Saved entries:
== == ==

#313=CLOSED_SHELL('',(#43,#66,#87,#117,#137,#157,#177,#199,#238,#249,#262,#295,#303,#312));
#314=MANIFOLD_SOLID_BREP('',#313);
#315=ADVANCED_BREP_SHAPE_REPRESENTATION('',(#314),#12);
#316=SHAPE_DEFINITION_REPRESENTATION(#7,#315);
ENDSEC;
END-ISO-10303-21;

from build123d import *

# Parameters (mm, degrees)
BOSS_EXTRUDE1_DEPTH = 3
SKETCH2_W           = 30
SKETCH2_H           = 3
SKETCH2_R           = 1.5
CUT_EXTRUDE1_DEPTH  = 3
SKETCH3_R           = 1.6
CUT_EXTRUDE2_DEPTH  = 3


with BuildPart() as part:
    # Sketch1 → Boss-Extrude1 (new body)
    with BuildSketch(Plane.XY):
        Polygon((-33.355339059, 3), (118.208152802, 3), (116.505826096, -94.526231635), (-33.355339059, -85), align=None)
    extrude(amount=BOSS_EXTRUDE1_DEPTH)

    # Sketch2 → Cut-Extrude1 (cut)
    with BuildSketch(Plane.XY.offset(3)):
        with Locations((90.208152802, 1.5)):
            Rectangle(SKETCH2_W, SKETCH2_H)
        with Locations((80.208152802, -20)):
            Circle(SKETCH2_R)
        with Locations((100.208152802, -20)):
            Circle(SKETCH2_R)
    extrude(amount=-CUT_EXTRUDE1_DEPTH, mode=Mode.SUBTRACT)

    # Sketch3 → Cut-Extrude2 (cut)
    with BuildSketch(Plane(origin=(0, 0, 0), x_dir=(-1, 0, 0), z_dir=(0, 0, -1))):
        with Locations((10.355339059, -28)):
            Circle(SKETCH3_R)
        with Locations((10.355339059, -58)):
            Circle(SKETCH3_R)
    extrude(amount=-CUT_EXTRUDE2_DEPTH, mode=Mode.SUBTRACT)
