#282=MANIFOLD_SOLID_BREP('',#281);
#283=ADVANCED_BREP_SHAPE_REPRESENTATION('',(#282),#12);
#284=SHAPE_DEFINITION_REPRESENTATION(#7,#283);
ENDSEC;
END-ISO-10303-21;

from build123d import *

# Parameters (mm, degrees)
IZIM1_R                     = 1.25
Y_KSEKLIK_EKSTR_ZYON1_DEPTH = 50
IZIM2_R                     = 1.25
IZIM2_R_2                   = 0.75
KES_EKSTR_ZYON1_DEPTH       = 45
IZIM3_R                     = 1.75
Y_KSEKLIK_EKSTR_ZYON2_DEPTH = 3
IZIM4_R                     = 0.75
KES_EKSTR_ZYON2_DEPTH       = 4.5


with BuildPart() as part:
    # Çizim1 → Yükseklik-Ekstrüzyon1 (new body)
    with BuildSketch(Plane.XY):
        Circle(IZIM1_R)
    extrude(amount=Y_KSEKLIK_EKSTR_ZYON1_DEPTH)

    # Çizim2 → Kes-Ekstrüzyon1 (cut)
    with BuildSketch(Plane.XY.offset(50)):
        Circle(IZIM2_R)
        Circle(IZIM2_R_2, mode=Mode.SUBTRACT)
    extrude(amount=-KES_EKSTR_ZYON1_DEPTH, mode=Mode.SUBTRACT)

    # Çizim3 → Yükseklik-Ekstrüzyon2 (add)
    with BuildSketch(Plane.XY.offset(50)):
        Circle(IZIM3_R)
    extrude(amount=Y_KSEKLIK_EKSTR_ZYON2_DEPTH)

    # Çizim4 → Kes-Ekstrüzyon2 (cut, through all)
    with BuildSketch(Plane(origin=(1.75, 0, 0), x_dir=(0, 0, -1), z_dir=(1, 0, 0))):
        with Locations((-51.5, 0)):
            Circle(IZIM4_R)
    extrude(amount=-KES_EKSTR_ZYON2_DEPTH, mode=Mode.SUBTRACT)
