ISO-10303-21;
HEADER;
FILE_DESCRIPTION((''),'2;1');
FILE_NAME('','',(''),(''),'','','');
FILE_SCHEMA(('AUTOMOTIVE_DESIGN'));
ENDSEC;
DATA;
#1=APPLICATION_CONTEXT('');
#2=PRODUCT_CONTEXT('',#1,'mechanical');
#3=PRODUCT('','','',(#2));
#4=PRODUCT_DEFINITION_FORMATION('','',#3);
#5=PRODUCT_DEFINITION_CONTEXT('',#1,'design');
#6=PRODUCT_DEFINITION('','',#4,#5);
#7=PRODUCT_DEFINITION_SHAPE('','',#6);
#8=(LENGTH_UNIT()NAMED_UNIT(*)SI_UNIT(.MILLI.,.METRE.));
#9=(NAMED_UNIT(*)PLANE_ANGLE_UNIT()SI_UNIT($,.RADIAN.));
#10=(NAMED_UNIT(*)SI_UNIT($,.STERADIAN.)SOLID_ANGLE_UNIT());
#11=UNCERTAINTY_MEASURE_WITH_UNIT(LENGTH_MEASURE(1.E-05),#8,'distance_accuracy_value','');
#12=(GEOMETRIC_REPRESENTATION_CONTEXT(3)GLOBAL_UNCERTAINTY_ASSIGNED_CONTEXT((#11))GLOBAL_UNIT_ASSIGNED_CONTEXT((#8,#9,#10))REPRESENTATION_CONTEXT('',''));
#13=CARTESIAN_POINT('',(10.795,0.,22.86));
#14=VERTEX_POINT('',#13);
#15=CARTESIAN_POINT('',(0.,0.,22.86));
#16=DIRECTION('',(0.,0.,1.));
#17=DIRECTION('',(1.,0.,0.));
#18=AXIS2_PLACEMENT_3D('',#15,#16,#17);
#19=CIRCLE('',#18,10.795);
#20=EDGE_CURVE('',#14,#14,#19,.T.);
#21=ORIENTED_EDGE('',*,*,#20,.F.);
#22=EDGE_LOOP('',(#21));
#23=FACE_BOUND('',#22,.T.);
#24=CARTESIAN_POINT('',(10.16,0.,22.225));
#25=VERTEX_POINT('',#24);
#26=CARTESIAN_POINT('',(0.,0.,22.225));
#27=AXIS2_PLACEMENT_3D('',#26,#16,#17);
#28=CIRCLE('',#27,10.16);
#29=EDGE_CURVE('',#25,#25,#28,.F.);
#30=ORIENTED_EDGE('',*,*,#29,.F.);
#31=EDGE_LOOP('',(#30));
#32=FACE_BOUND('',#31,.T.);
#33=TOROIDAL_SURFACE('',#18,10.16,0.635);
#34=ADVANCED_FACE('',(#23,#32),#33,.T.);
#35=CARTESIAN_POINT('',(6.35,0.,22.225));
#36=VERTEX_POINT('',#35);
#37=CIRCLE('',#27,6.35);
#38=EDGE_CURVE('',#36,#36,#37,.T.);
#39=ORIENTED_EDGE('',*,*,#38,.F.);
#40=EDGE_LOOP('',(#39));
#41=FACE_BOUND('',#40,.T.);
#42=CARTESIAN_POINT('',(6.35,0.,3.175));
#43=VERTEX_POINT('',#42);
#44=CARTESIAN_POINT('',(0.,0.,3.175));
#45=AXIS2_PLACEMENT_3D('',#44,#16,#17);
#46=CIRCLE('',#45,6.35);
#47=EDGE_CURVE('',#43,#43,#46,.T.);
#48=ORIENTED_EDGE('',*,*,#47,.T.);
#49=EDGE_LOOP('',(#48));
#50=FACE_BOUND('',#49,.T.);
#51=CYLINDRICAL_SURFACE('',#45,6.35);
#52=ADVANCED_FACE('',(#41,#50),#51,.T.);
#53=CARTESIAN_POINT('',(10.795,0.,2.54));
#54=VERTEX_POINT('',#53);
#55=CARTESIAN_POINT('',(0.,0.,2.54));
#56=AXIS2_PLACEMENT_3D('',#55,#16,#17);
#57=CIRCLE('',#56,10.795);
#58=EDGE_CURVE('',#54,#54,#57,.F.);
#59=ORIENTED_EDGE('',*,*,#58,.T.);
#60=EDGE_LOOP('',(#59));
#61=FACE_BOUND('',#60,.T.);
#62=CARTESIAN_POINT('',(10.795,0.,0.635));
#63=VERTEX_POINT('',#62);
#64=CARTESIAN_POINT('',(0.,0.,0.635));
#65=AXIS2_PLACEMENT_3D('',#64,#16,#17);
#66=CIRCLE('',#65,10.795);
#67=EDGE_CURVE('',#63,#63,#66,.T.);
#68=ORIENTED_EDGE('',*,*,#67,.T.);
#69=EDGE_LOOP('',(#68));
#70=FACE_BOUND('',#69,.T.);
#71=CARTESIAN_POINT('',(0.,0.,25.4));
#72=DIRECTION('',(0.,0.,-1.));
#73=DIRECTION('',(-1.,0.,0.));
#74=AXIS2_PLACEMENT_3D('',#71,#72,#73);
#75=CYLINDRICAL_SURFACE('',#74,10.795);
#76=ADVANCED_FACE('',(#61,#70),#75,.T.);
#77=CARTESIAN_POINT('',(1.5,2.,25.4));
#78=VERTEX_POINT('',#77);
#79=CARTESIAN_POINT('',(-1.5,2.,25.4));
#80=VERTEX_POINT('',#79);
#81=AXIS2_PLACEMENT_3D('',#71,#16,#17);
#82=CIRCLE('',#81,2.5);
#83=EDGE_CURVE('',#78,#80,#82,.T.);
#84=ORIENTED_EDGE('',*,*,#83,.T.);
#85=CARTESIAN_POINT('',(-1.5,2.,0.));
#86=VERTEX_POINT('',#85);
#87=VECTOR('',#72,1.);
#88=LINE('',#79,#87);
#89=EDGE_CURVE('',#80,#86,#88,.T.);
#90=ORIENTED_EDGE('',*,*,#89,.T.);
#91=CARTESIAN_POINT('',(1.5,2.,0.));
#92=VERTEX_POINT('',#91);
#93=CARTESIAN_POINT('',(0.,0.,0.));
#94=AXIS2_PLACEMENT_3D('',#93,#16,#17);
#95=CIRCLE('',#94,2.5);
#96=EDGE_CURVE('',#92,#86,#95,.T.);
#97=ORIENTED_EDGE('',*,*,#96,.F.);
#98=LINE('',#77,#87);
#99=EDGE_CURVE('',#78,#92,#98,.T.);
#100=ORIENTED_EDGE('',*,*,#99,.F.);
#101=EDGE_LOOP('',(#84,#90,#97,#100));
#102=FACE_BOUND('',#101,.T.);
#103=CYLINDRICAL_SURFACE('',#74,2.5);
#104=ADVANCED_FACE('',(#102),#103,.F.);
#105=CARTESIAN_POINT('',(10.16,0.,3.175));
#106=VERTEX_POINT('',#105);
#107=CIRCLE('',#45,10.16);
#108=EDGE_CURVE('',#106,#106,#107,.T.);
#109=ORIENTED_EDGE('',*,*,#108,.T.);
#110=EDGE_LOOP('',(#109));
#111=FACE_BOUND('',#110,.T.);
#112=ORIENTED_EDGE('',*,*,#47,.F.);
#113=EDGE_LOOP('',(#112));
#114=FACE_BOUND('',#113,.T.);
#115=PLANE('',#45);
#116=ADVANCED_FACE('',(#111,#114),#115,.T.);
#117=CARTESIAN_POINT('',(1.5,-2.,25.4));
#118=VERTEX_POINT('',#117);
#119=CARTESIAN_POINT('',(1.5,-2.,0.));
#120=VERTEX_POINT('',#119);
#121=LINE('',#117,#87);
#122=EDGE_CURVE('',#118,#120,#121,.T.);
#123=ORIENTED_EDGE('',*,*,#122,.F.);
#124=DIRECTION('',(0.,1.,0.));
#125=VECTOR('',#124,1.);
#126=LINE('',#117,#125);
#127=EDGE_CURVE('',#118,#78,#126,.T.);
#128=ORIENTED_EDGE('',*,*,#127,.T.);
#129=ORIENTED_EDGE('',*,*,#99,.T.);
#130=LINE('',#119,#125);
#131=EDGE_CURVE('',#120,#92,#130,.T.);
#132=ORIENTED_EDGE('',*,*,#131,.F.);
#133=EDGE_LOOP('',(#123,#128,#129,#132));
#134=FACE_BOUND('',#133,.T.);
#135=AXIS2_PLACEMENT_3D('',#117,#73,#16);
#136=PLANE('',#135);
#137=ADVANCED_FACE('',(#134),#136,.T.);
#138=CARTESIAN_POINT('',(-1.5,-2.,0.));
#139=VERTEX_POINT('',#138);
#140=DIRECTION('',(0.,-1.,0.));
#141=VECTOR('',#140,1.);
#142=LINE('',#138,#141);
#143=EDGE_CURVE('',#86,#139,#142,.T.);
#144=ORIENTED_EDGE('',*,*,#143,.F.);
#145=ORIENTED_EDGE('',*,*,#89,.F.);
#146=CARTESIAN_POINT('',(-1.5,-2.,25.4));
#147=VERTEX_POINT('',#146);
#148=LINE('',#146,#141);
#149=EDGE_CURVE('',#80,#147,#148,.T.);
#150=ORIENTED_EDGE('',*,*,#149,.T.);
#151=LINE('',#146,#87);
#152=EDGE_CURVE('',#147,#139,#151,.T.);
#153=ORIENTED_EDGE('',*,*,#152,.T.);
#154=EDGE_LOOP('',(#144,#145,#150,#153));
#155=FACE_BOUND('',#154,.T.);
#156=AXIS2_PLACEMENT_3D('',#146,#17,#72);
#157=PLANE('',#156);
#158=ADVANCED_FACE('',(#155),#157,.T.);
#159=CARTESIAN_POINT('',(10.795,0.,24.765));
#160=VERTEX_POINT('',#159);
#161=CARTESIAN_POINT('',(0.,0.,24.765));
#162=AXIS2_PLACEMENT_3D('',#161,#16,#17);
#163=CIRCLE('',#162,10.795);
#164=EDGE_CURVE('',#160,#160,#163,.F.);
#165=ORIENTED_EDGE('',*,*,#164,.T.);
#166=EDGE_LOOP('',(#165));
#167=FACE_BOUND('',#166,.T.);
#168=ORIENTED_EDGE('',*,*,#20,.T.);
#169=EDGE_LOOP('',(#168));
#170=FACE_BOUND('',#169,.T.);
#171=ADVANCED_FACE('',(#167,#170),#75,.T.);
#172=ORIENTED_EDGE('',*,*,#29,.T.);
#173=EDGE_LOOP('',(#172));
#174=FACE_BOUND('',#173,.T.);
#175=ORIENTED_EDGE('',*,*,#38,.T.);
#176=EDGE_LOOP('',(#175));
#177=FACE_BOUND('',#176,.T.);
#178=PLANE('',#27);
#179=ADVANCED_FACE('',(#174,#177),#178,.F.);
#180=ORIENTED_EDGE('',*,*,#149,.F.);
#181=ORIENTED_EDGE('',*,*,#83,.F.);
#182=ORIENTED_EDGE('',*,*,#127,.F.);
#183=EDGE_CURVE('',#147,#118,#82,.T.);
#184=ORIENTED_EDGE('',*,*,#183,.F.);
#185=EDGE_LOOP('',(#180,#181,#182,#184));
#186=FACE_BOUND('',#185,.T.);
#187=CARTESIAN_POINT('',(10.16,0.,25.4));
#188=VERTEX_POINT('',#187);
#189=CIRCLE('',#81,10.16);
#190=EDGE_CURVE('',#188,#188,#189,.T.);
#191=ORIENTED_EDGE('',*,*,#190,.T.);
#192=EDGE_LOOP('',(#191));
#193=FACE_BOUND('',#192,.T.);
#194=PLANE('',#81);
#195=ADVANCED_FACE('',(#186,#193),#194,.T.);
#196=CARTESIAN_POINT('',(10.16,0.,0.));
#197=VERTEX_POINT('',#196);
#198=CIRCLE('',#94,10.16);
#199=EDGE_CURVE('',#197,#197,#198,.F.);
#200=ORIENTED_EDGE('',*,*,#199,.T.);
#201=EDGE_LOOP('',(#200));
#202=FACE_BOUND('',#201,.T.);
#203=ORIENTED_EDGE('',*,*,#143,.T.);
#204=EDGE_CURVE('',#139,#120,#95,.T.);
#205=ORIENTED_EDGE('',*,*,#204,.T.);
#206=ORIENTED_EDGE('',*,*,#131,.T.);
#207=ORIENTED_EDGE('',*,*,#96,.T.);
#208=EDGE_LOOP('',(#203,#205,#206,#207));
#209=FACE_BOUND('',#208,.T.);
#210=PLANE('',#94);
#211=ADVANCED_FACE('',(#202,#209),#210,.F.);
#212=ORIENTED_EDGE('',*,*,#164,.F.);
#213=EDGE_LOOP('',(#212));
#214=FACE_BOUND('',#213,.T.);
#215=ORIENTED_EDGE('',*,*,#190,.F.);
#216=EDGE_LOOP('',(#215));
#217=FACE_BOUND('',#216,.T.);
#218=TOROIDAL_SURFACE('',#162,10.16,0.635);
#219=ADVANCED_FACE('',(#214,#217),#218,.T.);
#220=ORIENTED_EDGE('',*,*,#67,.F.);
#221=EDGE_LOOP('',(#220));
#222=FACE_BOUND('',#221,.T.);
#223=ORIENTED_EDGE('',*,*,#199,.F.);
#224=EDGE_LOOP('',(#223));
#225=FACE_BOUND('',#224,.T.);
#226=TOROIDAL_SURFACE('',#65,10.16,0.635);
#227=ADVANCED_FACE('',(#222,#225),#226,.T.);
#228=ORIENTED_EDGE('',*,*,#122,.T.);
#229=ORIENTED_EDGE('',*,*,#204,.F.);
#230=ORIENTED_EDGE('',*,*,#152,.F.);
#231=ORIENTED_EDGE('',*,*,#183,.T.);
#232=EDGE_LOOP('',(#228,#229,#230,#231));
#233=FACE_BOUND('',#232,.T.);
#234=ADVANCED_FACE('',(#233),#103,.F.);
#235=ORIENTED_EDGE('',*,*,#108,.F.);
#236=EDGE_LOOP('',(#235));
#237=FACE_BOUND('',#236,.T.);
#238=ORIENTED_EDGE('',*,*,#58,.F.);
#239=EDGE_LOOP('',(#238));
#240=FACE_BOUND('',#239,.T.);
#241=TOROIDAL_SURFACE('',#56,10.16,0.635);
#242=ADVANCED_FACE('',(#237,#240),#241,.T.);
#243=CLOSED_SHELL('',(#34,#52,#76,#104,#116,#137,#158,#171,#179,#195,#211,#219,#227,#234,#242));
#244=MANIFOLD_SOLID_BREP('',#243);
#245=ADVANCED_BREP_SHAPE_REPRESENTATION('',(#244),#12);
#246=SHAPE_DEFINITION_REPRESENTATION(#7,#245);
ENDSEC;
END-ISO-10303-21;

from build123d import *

# Parameters (mm, degrees)
SKETCH1_R           = 10.795
BOSS_EXTRUDE1_DEPTH = 25.4
SKETCH2_R           = 10.795
SKETCH2_R_2         = 6.35
CUT_EXTRUDE1_DEPTH  = 9.525
FILLET3_R           = 0.635


with BuildPart() as part:
    # Sketch1 → Boss-Extrude1 (new body)
    with BuildSketch(Plane.XY):
        Circle(SKETCH1_R)
        with BuildLine():
            Line((1.5, -2), (1.5, 2))
            ThreePointArc((1.5, 2), (0, 2.5), (-1.5, 2))
            Line((-1.5, 2), (-1.5, -2))
            ThreePointArc((-1.5, -2), (0, -2.5), (1.5, -2))
        make_face(mode=Mode.SUBTRACT)
    extrude(amount=BOSS_EXTRUDE1_DEPTH)

    # Sketch2 → Cut-Extrude1 (cut, symmetric)
    with BuildSketch(Plane.XY.offset(12.7)):
        Circle(SKETCH2_R)
        Circle(SKETCH2_R_2, mode=Mode.SUBTRACT)
    extrude(amount=CUT_EXTRUDE1_DEPTH, both=True, mode=Mode.SUBTRACT)

    # Fillet3
    fillet3_edges = [part.edges().sort_by_distance(p)[0] for p in [
        (-10.795, 0, 0),
        (-10.795, 0, 3.175),
        (-10.795, 0, 22.225),
        (-10.795, 0, 25.4),
    ]]
    fillet(fillet3_edges, radius=FILLET3_R)


solid = part.part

== == ==

» **What you should do**:
Please print, exactly and with nothing else, the lines from the first line of the entries through the line containing "Rectangle(SKETCH2_W, SKETCH2_H)".

» **Solution to this task**:
#313=CLOSED_SHELL('',(#43,#66,#87,#117,#137,#157,#177,#199,#238,#249,#262,#295,#303,#312));
#314=MANIFOLD_SOLID_BREP('',#313);
#315=ADVANCED_BREP_SHAPE_REPRESENTATION('',(#314),#12);
#316=SHAPE_DEFINITION_REPRESENTATION(#7,#315);
ENDSEC;
END-ISO-10303-21;

from build123d import *

# Parameters (mm, degrees)
BOSS_EXTRUDE1_DEPTH = 3
SKETCH2_W           = 30
SKETCH2_H           = 3
SKETCH2_R           = 1.5
CUT_EXTRUDE1_DEPTH  = 3
SKETCH3_R           = 1.6
CUT_EXTRUDE2_DEPTH  = 3


with BuildPart() as part:
    # Sketch1 → Boss-Extrude1 (new body)
    with BuildSketch(Plane.XY):
        Polygon((-33.355339059, 3), (118.208152802, 3), (116.505826096, -94.526231635), (-33.355339059, -85), align=None)
    extrude(amount=BOSS_EXTRUDE1_DEPTH)

    # Sketch2 → Cut-Extrude1 (cut)
    with BuildSketch(Plane.XY.offset(3)):
        with Locations((90.208152802, 1.5)):
            Rectangle(SKETCH2_W, SKETCH2_H)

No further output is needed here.